The discussion may be as heated or even more so than such discussions the humanities. However, once consensus is achieved, it is usually easier for each cooperating teacher to understand what to do and be less likely to revert. Usually, it is easier for math to know the range of problems that will be taught. While the humanities teacher must constantly sort through contextual differences, which may cause legitimate confusions, assignment to assignment.
3. Using same rubric for multiple levels:
In ESL, the district has one performance rubric for three levels of ESL. The rubric has only 4 benchmark levels. When the data was first collected, teachers marked the ESL 1s doing poorly and ESL 3s doing much better. Most teachers thought that the 1-4 levels were universal for all students. The district thought mastery was defined differently at each ESL level. Since there was no district guidance, the rubrics were misinterpreted by teachers.
The problem can be solved by either creating a larger rubric, such 12 levels (4 X 3 program courses). Then the district can float mastery across the standard or choose a single mastery level and create progress goals (instead of mastery) for the early courses in the program sequence of course.
Question 2: Can you give an example of a School Wide-Performance Goals?
We are still designing. However, we are close. Presently, we have Explore scores for all entering freshmen, because we use Explore as our baseline screener. We can reduce the 1-25 Explore scores to 4 ranges (like what we do with ACT–it 1-6, because it has two ranges higher than Explorer). We plan to label each student 1-4 to create four demographic groups. Then we can track how well each group achieves in our programs, using the existing program benchmark (rubric) system .
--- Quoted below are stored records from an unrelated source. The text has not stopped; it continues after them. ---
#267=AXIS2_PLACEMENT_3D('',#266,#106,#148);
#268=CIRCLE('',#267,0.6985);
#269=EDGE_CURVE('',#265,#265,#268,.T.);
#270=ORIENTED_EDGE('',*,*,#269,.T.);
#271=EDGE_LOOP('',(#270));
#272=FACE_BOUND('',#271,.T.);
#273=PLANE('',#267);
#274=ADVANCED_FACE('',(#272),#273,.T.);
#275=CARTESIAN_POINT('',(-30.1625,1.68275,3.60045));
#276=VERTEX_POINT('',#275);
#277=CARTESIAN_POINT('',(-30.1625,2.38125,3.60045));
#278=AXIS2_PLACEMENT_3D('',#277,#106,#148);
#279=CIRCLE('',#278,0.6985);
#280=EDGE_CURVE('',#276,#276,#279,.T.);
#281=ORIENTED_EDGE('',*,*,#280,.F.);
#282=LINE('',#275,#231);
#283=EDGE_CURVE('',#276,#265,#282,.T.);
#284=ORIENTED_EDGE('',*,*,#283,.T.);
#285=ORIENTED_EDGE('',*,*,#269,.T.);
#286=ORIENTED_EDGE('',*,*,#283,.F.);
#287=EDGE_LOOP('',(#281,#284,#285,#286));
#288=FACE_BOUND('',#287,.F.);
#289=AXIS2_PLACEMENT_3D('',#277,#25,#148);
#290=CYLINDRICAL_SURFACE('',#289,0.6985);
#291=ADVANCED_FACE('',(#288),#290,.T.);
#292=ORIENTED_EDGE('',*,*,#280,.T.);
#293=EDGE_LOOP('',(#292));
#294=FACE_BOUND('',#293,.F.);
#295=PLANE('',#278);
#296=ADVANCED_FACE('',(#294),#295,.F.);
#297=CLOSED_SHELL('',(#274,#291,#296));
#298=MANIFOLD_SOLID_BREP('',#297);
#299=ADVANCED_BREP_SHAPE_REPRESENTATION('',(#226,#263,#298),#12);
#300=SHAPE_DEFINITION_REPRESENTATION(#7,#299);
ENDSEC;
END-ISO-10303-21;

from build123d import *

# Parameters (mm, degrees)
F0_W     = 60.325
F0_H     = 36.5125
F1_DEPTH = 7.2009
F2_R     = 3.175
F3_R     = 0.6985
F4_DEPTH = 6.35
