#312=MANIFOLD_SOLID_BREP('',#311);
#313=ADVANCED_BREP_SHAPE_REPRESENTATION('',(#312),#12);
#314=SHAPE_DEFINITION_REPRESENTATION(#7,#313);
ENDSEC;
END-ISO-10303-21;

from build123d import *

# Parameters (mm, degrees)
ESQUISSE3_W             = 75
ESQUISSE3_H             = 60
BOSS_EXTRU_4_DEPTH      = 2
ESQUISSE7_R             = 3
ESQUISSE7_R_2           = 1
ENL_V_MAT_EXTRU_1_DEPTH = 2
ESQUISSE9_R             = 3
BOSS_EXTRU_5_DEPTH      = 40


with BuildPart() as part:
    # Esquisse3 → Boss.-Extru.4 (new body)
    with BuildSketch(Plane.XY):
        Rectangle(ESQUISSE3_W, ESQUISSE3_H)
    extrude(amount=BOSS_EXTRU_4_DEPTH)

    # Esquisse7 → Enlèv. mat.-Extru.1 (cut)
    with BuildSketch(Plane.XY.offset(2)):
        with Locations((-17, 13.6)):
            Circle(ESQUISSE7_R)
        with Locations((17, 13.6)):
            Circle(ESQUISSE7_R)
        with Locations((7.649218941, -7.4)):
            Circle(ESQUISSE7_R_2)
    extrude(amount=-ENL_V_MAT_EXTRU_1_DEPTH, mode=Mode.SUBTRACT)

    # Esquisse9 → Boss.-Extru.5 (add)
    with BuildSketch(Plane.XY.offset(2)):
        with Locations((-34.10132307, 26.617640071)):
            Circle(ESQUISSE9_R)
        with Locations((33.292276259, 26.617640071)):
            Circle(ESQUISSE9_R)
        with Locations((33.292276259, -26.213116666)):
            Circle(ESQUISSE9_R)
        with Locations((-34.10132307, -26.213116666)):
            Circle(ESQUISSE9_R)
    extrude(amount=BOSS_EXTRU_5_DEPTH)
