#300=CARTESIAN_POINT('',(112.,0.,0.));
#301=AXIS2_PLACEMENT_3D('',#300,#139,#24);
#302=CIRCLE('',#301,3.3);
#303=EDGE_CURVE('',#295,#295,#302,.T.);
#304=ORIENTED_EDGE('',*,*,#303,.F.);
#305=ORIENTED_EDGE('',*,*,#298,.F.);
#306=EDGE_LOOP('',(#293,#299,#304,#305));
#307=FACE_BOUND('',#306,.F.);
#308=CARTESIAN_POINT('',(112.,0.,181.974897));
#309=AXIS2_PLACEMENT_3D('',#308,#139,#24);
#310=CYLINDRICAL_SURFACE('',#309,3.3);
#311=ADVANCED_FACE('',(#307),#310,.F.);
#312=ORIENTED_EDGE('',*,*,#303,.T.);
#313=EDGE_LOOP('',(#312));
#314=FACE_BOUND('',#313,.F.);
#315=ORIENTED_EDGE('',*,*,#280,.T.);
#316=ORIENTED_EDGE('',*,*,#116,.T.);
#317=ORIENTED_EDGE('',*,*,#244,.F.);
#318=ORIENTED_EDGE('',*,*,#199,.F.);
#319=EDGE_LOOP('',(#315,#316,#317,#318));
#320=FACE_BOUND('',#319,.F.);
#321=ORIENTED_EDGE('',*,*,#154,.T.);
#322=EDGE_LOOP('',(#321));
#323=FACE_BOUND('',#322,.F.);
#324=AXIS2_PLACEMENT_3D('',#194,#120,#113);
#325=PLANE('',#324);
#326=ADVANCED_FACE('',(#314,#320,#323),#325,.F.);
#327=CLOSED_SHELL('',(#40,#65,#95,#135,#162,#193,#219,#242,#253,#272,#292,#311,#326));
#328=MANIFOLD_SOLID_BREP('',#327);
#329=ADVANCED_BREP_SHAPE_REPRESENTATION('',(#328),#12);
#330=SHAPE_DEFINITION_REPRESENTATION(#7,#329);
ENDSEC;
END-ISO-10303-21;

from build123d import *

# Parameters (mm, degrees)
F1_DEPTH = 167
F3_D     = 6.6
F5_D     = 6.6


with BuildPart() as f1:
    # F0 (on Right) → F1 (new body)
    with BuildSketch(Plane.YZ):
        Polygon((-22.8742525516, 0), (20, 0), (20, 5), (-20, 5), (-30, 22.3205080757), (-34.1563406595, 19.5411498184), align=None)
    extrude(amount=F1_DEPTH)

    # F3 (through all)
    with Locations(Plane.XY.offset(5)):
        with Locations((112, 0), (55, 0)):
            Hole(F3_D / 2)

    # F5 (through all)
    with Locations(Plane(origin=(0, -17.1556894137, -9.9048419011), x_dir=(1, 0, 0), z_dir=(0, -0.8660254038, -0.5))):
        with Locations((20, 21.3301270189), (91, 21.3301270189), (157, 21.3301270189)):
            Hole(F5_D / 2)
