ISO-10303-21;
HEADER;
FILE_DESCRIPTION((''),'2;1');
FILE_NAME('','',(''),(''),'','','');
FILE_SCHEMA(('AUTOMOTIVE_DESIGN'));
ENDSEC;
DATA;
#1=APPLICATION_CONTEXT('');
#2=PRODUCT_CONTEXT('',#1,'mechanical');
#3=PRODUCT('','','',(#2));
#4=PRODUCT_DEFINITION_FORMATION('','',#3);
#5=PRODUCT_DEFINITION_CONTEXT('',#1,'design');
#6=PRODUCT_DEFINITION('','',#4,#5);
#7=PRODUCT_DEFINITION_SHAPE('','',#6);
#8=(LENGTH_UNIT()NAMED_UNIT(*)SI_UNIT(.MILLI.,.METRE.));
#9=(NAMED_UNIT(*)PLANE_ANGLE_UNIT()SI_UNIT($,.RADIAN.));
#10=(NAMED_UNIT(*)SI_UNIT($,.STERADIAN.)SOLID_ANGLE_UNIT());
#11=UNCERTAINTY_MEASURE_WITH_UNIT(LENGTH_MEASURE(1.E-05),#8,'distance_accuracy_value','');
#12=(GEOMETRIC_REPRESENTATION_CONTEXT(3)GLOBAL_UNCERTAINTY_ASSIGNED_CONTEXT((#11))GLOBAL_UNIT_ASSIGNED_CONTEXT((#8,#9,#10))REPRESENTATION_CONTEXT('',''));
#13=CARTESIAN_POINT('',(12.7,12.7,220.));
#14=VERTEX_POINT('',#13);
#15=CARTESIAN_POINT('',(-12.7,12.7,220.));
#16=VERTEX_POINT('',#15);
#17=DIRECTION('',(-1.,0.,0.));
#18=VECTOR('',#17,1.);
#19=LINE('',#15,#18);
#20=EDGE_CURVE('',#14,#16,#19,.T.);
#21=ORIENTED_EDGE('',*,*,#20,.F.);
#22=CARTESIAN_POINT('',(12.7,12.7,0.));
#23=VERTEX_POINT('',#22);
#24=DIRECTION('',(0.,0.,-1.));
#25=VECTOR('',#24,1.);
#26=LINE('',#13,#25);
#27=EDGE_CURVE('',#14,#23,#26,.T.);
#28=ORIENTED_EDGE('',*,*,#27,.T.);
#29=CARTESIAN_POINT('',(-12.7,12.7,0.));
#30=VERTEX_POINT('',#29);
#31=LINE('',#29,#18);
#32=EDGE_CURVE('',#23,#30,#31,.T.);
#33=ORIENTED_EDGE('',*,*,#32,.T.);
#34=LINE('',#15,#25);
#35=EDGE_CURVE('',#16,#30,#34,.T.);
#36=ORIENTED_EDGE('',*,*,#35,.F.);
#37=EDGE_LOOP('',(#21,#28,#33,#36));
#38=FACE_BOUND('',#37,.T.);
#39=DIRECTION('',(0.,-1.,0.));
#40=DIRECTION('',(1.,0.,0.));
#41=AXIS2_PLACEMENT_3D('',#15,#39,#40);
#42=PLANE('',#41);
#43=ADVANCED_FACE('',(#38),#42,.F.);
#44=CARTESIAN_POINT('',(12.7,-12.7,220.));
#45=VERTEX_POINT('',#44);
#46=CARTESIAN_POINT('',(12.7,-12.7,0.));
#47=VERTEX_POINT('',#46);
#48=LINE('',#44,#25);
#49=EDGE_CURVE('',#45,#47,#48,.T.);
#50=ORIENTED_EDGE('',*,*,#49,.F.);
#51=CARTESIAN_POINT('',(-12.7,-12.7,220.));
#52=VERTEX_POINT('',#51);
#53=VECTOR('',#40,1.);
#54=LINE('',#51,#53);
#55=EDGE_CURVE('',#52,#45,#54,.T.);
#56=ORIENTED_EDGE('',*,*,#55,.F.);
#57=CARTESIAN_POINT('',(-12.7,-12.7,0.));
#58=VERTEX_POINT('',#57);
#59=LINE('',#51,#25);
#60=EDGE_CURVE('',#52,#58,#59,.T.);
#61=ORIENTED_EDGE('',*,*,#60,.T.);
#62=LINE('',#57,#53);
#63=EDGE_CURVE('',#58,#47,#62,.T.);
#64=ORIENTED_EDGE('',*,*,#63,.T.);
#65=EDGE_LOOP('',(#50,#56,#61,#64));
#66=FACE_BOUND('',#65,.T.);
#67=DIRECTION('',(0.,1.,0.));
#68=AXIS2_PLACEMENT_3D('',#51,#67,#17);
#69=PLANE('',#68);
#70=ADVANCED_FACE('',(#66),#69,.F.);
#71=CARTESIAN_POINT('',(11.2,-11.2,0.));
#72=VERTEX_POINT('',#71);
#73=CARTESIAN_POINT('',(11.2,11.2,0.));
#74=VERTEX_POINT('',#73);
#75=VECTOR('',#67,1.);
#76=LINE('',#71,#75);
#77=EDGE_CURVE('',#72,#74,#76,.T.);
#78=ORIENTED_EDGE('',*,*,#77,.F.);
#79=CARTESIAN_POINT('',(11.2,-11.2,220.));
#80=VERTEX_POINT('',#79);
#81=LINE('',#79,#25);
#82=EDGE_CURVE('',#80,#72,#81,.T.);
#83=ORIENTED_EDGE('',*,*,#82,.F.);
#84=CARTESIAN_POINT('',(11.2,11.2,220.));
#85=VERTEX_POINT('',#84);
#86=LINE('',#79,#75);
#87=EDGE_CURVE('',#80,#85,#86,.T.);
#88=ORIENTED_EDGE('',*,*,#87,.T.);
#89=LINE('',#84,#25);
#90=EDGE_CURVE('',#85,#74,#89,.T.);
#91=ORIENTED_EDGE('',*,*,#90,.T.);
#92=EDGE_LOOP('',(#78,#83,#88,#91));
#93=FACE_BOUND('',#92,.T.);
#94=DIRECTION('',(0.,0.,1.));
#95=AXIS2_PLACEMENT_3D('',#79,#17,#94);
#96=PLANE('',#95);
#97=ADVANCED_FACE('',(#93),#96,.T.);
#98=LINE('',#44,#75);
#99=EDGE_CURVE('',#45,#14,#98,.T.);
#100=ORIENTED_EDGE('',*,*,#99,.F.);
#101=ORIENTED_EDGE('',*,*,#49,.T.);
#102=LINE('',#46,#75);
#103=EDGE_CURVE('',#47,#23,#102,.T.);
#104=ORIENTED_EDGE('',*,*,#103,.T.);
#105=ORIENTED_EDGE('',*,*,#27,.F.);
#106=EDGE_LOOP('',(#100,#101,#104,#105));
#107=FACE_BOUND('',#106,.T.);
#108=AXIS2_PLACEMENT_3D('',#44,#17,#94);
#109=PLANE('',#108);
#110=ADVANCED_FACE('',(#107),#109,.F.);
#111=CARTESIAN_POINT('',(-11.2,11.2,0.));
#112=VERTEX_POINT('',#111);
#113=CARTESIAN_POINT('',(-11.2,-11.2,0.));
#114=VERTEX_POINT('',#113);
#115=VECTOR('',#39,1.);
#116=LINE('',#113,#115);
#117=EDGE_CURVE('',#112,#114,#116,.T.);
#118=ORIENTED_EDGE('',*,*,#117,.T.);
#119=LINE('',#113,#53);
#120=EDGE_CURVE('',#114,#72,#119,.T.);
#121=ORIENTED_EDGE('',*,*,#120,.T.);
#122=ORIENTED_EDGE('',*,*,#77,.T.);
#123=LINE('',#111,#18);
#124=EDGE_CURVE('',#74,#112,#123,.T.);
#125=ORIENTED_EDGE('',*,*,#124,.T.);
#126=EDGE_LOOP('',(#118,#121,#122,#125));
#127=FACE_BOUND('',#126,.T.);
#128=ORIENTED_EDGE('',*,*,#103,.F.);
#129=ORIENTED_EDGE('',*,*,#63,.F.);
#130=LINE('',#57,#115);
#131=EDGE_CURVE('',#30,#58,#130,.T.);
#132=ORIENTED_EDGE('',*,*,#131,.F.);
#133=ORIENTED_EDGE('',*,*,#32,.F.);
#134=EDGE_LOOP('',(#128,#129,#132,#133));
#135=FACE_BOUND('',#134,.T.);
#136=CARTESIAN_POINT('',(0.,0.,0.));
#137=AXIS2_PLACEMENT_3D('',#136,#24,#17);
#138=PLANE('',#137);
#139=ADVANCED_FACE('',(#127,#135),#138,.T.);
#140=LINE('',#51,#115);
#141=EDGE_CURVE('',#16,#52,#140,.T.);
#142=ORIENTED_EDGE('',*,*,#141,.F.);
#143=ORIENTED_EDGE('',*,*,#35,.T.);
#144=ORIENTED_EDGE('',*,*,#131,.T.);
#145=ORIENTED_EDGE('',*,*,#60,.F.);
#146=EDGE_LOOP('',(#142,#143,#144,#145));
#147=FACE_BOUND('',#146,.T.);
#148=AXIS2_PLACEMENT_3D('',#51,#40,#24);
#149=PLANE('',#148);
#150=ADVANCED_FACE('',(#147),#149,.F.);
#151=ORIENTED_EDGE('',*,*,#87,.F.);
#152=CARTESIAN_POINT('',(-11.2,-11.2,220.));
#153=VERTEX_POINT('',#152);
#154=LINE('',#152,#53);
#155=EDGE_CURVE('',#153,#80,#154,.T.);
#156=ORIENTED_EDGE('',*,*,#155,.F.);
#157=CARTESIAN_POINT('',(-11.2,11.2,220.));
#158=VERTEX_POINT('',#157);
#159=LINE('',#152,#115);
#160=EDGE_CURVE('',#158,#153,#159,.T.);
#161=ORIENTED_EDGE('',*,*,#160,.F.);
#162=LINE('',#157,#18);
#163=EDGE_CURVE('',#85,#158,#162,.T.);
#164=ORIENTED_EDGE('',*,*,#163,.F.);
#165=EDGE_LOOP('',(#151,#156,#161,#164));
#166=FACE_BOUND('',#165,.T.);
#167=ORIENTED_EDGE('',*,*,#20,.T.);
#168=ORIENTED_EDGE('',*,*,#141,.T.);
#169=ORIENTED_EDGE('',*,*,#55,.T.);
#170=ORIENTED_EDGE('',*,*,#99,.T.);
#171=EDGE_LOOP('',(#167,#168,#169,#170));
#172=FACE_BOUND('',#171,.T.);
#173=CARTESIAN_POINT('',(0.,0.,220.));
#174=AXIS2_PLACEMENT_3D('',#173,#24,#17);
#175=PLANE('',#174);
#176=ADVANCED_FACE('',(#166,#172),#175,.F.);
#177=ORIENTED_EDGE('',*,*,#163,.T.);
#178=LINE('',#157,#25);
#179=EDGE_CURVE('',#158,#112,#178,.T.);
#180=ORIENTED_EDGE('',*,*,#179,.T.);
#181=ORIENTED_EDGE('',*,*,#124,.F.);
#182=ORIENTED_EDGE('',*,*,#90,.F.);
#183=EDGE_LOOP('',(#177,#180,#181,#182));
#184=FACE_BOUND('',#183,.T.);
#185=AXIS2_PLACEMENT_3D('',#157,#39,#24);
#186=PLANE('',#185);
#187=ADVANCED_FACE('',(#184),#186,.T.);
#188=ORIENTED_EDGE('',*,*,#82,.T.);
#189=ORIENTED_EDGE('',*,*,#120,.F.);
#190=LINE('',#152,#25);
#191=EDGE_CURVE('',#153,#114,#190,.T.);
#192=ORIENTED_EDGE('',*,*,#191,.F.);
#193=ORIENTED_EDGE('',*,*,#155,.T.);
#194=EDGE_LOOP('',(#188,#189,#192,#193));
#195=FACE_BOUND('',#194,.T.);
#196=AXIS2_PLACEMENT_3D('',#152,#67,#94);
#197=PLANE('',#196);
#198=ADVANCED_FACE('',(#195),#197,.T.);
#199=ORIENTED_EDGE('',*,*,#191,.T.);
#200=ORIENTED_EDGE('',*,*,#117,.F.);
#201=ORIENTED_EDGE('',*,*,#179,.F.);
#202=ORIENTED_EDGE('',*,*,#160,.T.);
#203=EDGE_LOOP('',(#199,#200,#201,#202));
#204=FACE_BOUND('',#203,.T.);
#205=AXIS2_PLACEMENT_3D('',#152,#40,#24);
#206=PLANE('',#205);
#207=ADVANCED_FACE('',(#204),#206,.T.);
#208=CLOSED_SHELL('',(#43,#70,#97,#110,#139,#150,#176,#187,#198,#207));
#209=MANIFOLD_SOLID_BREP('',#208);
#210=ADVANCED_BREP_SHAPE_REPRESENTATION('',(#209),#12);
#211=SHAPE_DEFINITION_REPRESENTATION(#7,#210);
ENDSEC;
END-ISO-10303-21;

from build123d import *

# Parameters (mm, degrees)
SKETCH1_W           = 25.4
SKETCH1_H           = 25.4
SKETCH1_W_2         = 22.4
SKETCH1_H_2         = 22.4
BOSS_EXTRUDE1_DEPTH = 220


with BuildPart() as part:
    # Sketch1 → Boss-Extrude1 (new body)
    with BuildSketch(Plane.XY):
        Rectangle(SKETCH1_W, SKETCH1_H)
        Rectangle(SKETCH1_W_2, SKETCH1_H_2, mode=Mode.SUBTRACT)
    extrude(amount=BOSS_EXTRUDE1_DEPTH)


solid = part.part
By doing this, we do not need the unknowable socio-economic backgrounds of our students such as father’s income and mother’s education. We will know which students entered according to four levels of preparedness (regardless of cause or correlation). Then we can measure student progress according to group, just like we do with gender and race. Since the groups are originally labeled by Explore ranges, it becomes easy to compare the group to the ACT/CRSS benchmarks in program standard rubrics.
Example possibilities:
We may make a set of school goals, which may look something like a variation on this:
At RMHS, each Explore group will grow 2 ACT benchmark levels by the end of sophomore year in each measured program standard.*
PLTs can then match their goals with language such as:
Sophomore Social Science will cause 60% of Group 2 students to achieve mastery in on writing standards.*
*Please understand the above are NOT actual goals, but purely examples of goal language construction.